# Panasonic reportedly ending plasma TV production by end of March 2014



## tripplej (Oct 23, 2011)

Lot of news in regards to Panasonic ending Plasma by March 2014.


See article here from engadget.

I suspect the end was near when Panasonic started producing 4K in the LED line instead of Plasma line.

Wonder if the ZT will have closeout deals??


----------



## Robert Zohn (Aug 13, 2011)

From what I am told Panasonic will have a new PDP line-up for 2014 and it will be exhibited at CES on January 7, 2014. Production is likely to end earlier than usual so I don't expect the new 2014 PDP line to be available much past May 2014.

Panasonic is working hard on the new LCD/LED UHD TVs as well as the new OLED UHD printing technology.

I don't expect any lower prices on VT60s or ZT60s as supply is constrained and sales are reasonably strong and steady.

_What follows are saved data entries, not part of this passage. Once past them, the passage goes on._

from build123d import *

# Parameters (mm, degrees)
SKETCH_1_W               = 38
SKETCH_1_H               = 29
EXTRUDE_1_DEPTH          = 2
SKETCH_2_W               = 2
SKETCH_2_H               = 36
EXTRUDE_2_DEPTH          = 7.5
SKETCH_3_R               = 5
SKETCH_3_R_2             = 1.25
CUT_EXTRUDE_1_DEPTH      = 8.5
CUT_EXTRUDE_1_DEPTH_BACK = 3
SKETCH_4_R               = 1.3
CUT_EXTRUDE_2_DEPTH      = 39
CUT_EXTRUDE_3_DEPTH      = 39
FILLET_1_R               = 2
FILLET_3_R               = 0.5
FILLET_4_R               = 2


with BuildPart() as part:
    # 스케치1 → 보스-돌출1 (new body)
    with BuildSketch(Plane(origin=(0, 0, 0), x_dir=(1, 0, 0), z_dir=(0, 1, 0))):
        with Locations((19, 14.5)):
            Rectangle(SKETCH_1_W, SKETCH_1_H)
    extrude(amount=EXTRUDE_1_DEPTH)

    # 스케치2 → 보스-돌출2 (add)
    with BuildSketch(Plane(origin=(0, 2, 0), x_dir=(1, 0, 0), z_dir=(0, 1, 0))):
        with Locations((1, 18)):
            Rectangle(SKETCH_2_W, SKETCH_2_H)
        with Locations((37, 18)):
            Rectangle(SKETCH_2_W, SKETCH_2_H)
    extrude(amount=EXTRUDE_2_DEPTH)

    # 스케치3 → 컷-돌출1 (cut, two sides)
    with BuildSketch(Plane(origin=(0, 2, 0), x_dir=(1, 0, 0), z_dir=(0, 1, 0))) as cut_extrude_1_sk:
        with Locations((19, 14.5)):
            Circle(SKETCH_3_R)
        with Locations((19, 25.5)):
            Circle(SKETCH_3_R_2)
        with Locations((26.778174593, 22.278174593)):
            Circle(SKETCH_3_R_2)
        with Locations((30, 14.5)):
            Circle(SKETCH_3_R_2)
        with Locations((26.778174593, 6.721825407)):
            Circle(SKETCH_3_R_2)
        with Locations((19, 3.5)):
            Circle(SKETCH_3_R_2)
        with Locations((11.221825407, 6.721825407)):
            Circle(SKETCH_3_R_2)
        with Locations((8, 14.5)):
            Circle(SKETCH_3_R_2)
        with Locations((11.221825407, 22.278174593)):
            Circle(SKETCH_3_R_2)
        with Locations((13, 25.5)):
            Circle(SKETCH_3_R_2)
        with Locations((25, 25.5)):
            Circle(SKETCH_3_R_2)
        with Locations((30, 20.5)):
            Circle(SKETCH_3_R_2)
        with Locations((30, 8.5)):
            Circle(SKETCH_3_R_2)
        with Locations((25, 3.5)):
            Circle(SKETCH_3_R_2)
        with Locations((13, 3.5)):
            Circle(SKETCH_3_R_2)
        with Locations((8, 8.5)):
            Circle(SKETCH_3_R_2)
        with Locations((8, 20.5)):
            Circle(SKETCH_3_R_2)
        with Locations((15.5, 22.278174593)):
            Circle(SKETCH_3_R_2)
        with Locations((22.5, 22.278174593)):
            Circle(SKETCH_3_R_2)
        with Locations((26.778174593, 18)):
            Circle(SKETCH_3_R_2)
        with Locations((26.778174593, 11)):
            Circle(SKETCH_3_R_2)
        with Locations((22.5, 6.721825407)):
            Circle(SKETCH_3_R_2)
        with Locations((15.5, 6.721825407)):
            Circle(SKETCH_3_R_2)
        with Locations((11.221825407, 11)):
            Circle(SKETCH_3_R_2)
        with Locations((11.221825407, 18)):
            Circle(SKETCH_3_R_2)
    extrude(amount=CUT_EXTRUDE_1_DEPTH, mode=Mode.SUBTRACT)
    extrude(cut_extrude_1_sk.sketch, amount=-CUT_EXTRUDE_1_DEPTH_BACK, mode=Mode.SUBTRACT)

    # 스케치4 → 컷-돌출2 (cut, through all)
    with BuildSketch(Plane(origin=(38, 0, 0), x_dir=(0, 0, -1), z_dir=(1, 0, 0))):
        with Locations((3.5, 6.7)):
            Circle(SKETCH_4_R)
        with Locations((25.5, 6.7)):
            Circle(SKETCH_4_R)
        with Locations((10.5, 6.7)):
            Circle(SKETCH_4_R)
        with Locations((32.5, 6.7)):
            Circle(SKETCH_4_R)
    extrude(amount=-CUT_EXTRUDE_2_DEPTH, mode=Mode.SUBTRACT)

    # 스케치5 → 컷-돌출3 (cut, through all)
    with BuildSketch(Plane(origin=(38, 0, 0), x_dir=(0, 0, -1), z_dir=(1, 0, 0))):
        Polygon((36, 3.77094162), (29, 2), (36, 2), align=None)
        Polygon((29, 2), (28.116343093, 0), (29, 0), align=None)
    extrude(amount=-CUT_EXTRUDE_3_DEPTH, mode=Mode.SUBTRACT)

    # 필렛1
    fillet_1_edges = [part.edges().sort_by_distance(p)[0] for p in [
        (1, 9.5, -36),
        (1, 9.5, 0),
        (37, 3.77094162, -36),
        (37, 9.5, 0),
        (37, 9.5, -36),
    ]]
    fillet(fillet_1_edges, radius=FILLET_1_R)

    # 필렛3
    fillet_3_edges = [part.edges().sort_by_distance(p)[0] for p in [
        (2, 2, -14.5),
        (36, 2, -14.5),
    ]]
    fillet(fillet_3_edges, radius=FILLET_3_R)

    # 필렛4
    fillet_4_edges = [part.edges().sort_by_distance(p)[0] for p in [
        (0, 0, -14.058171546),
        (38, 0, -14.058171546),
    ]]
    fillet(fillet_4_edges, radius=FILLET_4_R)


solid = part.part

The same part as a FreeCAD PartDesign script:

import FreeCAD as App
import Part
import Sketcher

V = App.Vector
Q = App.Units.Quantity


def edges_at(feature, points):
    """Names of the edges that pass closest to the given points."""
    edges = feature.Shape.Edges
    near = lambda p: min(range(len(edges)), key=lambda i: edges[i].distToShape(Part.Vertex(*p))[0])
    return sorted({f"Edge{near(p) + 1}" for p in points})


def add_polygon(sketch, points):
    """Adds a closed chain of lines whose ends are joined by coincident constraints."""
    first, n = sketch.GeometryCount, len(points)
    for a, b in zip(points, points[1:] + points[:1]):
        sketch.addGeometry(Part.LineSegment(App.Vector(*a, 0), App.Vector(*b, 0)), False)
    for i in range(n):
        sketch.addConstraint(Sketcher.Constraint("Coincident", first + i, 2, first + (i + 1) % n, 1))

doc = App.newDocument("Part")
body = doc.addObject("PartDesign::Body", "Body")

sketch1 = body.newObject("Sketcher::SketchObject", "Sketch")
sketch1.AttachmentSupport = (doc.getObject("XZ_Plane"), [""])
sketch1.MapMode = "FlatFace"
add_polygon(sketch1, [(0, -29), (0, 0), (38, 0), (38, -29)])
sketch1.addConstraint([
    Sketcher.Constraint("Vertical", 0),
    Sketcher.Constraint("Horizontal", 1),
    Sketcher.Constraint("Vertical", 2),
    Sketcher.Constraint("Horizontal", 3),
    Sketcher.Constraint("Coincident", 0, 2, -1, 1),
    Sketcher.Constraint("DistanceX", 1, 1, 1, 2, Q("38 mm")),
    Sketcher.Constraint("DistanceY", 0, 1, 0, 2, Q("29 mm")),
])
pad1 = body.newObject("PartDesign::Pad", "Pad")
pad1.Profile = sketch1
pad1.Length = 2
pad1.Reversed = True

For 2014 I'd look closely at what Panasonic and Samsung will have in PDP and OLED.

-Robert


----------



## tonyvdb (Sep 5, 2007)

Ya, I would have to agree that with OLED already getting rave reviews for picture quality I cant see why Plasma would be something that wold be worth while upgrading to UHD because that means a totally new design. My understanding is that a Plasma UHD would be so heavy and give off so much heat that the design restricts the development.


----------



## Owen Bartley (Oct 18, 2006)

As long as there is an alternative technology to LCD. Or LCD gets improved to the point where its deficiencies (mainly the soap opera effect for me) are reduced or eliminated. Plasma has always looked much better to me, but I'll admit I haven't really had much of a look in several years. It would be nice to not have a small furnace inside a display though, I'll say that! After a few hours watching our Panny 58" in the living room (where the thermostat is), it throws off the temperature for the rest of the house because the heat won't kick in.


----------



## Orbitron (Jul 14, 2012)

How long before the other manufacturers cease production too?


----------



## tripplej (Oct 23, 2011)

Latest news is in the wall street journal in regards to Panasonic shutting it's plasma line. 

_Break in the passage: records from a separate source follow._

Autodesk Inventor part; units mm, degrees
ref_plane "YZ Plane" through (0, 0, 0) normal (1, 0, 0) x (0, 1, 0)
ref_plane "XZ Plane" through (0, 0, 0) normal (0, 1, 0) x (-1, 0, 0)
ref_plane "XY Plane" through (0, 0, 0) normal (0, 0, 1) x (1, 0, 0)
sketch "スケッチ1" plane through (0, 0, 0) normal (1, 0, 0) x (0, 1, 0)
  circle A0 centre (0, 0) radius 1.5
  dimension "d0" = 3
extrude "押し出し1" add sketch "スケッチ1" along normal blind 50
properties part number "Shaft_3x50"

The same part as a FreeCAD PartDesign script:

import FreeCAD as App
import Part
import Sketcher

V = App.Vector
Q = App.Units.Quantity

doc = App.newDocument("Part")
body = doc.addObject("PartDesign::Body", "Body")

# Sketch on YZ plane
sketch1 = body.newObject("Sketcher::SketchObject", "Sketch")
sketch1.AttachmentSupport = (doc.getObject("YZ_Plane"), [""])
sketch1.MapMode = "FlatFace"
sketch1.addGeometry(Part.Circle(V(0, 0, 0), V(0, 0, 1), 1.5), False)
sketch1.addConstraint([
    Sketcher.Constraint("Coincident", 0, 3, -1, 1),
    Sketcher.Constraint("Diameter", 0, Q("3 mm")),
])
pad1 = body.newObject("PartDesign::Pad", "Pad")
pad1.Profile = sketch1
pad1.Length = 50

doc.recompute()
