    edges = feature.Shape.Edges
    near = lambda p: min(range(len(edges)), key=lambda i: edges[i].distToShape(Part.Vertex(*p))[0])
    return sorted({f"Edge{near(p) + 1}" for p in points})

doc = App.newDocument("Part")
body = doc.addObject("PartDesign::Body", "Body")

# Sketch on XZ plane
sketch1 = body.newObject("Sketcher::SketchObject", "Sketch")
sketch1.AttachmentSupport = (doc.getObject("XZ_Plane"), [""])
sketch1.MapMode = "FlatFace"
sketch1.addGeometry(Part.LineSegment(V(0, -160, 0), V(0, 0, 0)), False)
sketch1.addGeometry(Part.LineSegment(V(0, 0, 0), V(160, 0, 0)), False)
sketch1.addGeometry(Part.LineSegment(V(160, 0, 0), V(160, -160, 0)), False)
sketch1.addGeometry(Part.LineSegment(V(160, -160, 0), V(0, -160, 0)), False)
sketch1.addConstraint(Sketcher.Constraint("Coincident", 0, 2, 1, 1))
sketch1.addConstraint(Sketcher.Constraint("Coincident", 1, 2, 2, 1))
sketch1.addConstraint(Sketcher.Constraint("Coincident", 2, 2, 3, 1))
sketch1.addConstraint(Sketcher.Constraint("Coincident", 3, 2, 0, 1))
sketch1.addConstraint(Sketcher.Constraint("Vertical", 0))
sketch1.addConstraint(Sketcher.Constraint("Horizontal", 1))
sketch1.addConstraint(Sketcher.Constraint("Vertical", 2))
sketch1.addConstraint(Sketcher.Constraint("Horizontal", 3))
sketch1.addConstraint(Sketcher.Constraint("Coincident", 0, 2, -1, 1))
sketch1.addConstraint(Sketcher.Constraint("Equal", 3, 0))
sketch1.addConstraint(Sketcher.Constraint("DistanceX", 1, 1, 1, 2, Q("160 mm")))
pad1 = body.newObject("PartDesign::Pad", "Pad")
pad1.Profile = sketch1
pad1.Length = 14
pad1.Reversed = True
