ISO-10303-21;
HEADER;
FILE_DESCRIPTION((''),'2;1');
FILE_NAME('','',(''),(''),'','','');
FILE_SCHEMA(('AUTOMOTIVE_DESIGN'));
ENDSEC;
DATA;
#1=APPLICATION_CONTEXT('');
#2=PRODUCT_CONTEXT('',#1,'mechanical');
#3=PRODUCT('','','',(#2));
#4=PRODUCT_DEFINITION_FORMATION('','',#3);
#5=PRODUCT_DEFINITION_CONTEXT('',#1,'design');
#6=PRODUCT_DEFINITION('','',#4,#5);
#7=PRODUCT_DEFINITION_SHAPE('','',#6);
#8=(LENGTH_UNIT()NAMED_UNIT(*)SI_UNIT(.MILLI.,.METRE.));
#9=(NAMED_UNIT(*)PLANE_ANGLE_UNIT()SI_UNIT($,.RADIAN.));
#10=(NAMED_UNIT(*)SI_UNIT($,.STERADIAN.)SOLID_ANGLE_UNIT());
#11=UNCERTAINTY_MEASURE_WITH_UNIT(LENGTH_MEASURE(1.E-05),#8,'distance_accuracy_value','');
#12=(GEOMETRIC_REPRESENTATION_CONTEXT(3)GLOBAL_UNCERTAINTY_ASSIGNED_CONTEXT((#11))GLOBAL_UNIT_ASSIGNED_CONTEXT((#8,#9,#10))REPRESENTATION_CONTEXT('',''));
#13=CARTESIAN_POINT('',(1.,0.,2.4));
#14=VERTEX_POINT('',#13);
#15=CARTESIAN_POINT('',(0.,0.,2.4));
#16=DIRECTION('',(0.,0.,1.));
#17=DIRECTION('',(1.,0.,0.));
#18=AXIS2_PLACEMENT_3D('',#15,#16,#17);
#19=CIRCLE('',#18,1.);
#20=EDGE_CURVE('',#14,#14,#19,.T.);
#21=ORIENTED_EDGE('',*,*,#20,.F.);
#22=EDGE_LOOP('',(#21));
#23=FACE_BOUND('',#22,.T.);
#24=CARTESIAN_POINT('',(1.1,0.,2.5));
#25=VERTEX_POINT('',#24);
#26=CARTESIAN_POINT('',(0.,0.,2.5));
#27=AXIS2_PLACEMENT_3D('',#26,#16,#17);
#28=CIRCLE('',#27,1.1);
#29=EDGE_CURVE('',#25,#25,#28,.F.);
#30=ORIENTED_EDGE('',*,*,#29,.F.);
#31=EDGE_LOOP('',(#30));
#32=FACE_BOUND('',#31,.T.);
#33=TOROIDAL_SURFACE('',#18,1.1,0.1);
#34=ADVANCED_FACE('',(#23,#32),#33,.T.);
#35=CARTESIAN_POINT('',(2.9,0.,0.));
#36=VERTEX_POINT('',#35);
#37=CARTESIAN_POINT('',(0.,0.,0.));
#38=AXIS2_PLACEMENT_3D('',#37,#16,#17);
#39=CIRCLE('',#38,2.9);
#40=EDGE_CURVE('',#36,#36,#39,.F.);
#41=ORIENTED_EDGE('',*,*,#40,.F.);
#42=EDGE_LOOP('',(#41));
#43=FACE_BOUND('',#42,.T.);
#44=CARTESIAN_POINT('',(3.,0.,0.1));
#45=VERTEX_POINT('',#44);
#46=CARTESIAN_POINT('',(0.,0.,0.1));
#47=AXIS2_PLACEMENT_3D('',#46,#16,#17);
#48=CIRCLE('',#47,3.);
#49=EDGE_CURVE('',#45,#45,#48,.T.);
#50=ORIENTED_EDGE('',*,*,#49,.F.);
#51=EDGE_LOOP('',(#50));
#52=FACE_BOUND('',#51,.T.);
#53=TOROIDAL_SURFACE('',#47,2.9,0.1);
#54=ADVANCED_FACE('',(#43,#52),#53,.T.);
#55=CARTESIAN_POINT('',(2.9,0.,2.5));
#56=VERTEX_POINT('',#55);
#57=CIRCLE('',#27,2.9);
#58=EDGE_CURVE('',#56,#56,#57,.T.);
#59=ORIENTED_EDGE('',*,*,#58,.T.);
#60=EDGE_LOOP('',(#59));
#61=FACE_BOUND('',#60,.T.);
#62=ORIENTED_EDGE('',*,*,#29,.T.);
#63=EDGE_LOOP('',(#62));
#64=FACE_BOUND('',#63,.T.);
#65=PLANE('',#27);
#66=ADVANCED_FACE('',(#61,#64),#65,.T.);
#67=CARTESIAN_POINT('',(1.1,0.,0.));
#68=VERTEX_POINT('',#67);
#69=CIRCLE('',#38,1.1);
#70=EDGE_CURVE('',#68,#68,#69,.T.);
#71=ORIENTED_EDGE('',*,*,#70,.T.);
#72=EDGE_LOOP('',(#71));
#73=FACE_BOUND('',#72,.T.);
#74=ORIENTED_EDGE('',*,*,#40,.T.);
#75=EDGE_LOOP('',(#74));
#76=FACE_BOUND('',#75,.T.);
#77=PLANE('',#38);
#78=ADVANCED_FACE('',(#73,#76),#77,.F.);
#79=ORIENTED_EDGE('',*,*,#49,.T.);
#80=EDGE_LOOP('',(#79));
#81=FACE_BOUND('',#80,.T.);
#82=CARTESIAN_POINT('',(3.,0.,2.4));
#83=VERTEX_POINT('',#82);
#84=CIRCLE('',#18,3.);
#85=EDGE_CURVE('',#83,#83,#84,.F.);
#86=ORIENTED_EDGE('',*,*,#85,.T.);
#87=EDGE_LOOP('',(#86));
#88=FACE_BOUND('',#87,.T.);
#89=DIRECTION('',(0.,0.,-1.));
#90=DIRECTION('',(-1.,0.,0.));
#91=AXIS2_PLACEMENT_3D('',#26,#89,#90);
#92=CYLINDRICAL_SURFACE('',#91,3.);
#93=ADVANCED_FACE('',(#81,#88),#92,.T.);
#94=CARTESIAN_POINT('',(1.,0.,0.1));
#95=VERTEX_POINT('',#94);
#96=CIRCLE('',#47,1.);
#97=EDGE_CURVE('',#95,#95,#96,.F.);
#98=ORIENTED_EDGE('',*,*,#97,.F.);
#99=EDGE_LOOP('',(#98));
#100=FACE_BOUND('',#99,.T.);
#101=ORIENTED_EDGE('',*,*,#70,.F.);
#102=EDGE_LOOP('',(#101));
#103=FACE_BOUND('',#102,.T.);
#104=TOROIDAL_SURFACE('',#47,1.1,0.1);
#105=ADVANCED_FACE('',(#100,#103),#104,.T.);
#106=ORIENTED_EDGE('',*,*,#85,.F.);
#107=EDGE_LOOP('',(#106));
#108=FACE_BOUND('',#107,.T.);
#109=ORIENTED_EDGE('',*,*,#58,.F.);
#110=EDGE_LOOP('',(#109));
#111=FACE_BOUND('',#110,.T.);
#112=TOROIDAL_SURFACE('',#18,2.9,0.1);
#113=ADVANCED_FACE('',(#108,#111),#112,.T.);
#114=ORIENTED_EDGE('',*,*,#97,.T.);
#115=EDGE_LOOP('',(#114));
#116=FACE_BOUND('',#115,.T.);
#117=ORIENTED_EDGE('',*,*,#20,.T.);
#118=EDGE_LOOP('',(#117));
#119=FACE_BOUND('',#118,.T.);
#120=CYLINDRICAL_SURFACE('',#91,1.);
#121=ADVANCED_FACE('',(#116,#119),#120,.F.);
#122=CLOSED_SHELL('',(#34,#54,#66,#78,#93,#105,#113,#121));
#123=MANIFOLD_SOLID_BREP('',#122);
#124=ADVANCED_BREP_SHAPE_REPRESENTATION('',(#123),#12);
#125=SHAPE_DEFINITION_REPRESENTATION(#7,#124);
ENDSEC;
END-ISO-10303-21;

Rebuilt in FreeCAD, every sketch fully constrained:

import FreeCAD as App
import Part
import Sketcher

V = App.Vector


def edges_at(feature, points):
    """Names of the edges that pass closest to the given points."""
    edges = feature.Shape.Edges
    near = lambda p: min(range(len(edges)), key=lambda i: edges[i].distToShape(Part.Vertex(*p))[0])
    return sorted({f"Edge{near(p) + 1}" for p in points})

doc = App.newDocument("Part")
params = doc.addObject("Spreadsheet::Sheet", "Params")
for row, (alias, value) in enumerate([
    ("sketch1_diameter", "6 mm"),
    ("sketch1_diameter2", "2 mm"),
    ("pad1_length", "2.5 mm"),
    ("fillet_radius", "0.1 mm"),
    ("fillet2_radius", "0.1 mm"),
], start=1):
    params.set(f"A{row}", alias)
    params.set(f"B{row}", "=" + value)
    params.setAlias(f"B{row}", alias)

body = doc.addObject("PartDesign::Body", "Body")

# Sketch on XY plane
sketch1 = body.newObject("Sketcher::SketchObject", "Sketch")
sketch1.AttachmentSupport = (doc.getObject("XY_Plane"), [""])
sketch1.MapMode = "FlatFace"
sketch1.addGeometry([
    Part.Circle(V(0, 0, 0), V(0, 0, 1), 3),
    Part.Circle(V(0, 0, 0), V(0, 0, 1), 1),
], False)
sketch1.addConstraint([
    Sketcher.Constraint("Coincident", 0, 3, -1, 1),
    Sketcher.Constraint("Coincident", 1, 3, -1, 1),
    Sketcher.Constraint("Diameter", 0, 6.0),
    Sketcher.Constraint("Diameter", 1, 2.0),
])
sketch1.setExpression("Constraints[2]", "Params.sketch1_diameter")
sketch1.setExpression("Constraints[3]", "Params.sketch1_diameter2")
pad1 = body.newObject("PartDesign::Pad", "Pad")
pad1.Profile = sketch1
pad1.setExpression("Length", "Params.pad1_length")
doc.recompute()

fillet = body.newObject("PartDesign::Fillet", "Fillet")
fillet.Base = (pad1, edges_at(pad1, [(-3, 0, 2.5)]))
fillet.setExpression("Radius", "Params.fillet_radius")
doc.recompute()

fillet2 = body.newObject("PartDesign::Fillet", "Fillet001")
fillet2.Base = (fillet, edges_at(fillet, [(-3, 0, 0), (-1, 0, 0), (-1, 0, 2.5)]))
fillet2.setExpression("Radius", "Params.fillet2_radius")

doc.recompute()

I strongly suspect any other manufacturer who still makes plasma will also stop. LED and OLED are the here and now ..


----------



## Matt Marceau (Sep 15, 2011)

There seems to be mixed messages about the 2014 line, but I thought that production would actually be starting right around October/November if sets were be available in Feb/March. If it's true that the shutdown will be in March 2014, then it definitely is possible that there will be a limited plasma line up- maybe two models to choose from.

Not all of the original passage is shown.